# Khorne Ogryn Berserkers and Hounds of Xaphan



## reubiedoo (Mar 21, 2009)

Are the rules for these guys in one of the Vraks books? I don't have them; that's why I ask.

Also, if anyone has seen their stats or better played them, are they any good? And are they compatible with a WE army? Because they look awesome.


----------



## World Eater XII (Dec 12, 2008)

i think they will be in the vraks part 3 book which will be out soonish!


----------



## Talos (Aug 4, 2008)

The Ogryns are in Book 5 Siege of Vraks and the Hounds book 6 Siege of Vraks part 2
I have used the Ogryns and they where pretty good in my Traitor guard.
I suppose you would like to use them in Apoc with your WE force. Yea I guess they would be ok but for the points they cost you could get yourself another DP or something nastier.


----------



## reubiedoo (Mar 21, 2009)

Yeah you're on the right lines; also thought they might be a viable alternative to my MOKed terminators in LR. Points just don't earn themselves back. Can't offload all my big guns and steam into CC, so I lose out one way or the other. Plus The rest of my force is few bikes, bezerkers in rhinos DP and defilers basically. Contemplating drop podding CC dreads in when points and circumstance allows, but rules are sketchy.

Anyway, thought they might do something more for less. Or even the same or less for less, as long as it was more competetive.


----------



## admiraldick (Sep 9, 2008)

but then, if that's your attitude you might as well purachase a whole 'army' of DPs and not bother with anything else.


----------



## reubiedoo (Mar 21, 2009)

admiraldick those models look flaming awesome. My motivation would not be purely to better my chances of winning. I am a staunch advocate of enjoyment over victory. 

My terminators are getting stale - it's an oft used combo - and I hate to waste points. Fluff sacrifices and wastefulness are not the same. I thought the Ogryns and Hounds might make a viable, more individual, MORE FLUFFY and more satisfying option.


----------



## Talos (Aug 4, 2008)

Not quite sure what you are getting at. If it was aimmed at me, I was just sawing that in a CSM force you can get better units than the Ogryn the DP was an example.

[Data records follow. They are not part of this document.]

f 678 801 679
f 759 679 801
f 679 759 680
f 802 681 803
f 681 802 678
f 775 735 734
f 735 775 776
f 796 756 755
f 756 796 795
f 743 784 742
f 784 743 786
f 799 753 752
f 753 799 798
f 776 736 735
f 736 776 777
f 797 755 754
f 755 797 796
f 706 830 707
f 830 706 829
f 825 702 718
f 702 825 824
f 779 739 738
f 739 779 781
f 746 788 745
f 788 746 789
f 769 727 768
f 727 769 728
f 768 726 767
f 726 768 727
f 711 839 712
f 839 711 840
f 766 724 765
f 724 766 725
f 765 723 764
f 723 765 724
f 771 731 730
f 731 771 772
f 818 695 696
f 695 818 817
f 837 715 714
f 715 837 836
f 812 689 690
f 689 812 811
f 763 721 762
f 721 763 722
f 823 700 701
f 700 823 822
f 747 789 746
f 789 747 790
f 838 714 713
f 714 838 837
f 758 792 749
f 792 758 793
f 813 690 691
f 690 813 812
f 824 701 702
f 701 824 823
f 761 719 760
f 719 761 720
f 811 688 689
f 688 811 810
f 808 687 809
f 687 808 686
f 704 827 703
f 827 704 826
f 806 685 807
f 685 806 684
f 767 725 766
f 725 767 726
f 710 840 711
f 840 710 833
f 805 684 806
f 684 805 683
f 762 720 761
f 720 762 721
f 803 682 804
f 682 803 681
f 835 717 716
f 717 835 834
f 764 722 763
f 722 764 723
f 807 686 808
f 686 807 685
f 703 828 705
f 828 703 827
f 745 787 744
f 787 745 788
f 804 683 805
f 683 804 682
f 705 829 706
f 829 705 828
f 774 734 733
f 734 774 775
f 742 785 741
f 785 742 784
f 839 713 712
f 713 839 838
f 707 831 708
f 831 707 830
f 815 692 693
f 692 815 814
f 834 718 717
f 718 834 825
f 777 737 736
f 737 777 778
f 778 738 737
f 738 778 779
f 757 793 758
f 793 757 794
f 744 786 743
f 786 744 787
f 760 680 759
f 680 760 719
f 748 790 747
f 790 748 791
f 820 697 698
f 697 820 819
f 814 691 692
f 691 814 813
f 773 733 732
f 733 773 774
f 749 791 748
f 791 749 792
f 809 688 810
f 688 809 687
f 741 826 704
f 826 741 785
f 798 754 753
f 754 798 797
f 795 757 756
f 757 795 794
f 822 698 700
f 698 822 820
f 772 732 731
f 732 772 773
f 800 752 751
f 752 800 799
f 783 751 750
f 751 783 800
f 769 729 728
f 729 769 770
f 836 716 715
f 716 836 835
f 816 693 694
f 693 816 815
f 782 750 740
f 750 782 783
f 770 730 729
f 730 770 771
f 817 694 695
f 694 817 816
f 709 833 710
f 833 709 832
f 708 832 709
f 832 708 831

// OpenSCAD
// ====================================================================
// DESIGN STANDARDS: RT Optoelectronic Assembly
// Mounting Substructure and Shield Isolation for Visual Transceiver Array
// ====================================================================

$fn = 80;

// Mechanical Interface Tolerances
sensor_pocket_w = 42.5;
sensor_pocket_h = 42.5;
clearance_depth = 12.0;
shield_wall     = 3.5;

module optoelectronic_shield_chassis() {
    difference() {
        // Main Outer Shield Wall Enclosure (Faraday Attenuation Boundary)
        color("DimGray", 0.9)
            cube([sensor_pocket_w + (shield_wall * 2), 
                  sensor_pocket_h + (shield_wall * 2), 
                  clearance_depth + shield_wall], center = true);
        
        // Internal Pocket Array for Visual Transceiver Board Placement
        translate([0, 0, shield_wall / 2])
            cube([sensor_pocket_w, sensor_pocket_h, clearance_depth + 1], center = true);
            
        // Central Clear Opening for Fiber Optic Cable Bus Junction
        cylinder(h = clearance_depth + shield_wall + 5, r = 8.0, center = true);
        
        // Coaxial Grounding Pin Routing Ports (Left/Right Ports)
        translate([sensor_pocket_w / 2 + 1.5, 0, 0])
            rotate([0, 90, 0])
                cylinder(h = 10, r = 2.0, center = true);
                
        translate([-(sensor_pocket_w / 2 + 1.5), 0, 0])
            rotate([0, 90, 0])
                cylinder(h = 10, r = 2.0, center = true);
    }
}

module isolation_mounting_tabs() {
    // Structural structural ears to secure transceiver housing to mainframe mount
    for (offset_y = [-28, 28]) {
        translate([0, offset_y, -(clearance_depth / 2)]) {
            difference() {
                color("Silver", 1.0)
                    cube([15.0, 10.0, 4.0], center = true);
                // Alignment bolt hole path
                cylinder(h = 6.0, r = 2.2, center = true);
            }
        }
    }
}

If its for fluff then yes go ahead use them.

Now Reubidoo the Ogryn are very nasty on the charge but due to there drug tanks, they can hurt themselfs in long rounds of combat so you really what them to smash a unit in the first CC round. 
Now in Apoc can you put them in a landraider ? I dont play much apoc but does it get rid of the rules that only certain units can use certain transports ?


----------



## reubiedoo (Mar 21, 2009)

I couldn't tell you to be frank, all my current apoc experience has been observation. I'm thinking of picking up some things I can use in apoc, but only stuff i can use in regular 40k, as that's what I'm happier with. will find out. That would be awesome. *LR lid pops. "Hello Ghazgull/ Abbaddon/ Calgar." - ooh Marneus; that would be sweet. -"Eat psycho hammer. 

Fluff feels alittle wrong though - imagine 5 psycho Ogryns bouncing around in a LR for half an hour. they would shred it. Might overlook that against beardy players who ignore their own fluff though.

I'll try to find out.


----------



## Talos (Aug 4, 2008)

I dont have my Imperial armour book with me right now so not sure if the Chaos Ogryns have the same rule as the Imperial ones in which they cant leave there transport and get back in unless they have a Bone head or a commissar or enforcer in there case.


----------



## World Eater XII (Dec 12, 2008)

Droppodding dreadnoughts is awesome i use the dreadclaw alot to great effect!


----------



## admiraldick (Sep 9, 2008)

yeah, sorry that was actually supposed to follow on from your comments Talos, but Reubiedoo must have just pipped me to the post when reponding without me noticing. and i was really just trying to highlight that there is more to a unit than its combat effectiveness compared to another singular unit.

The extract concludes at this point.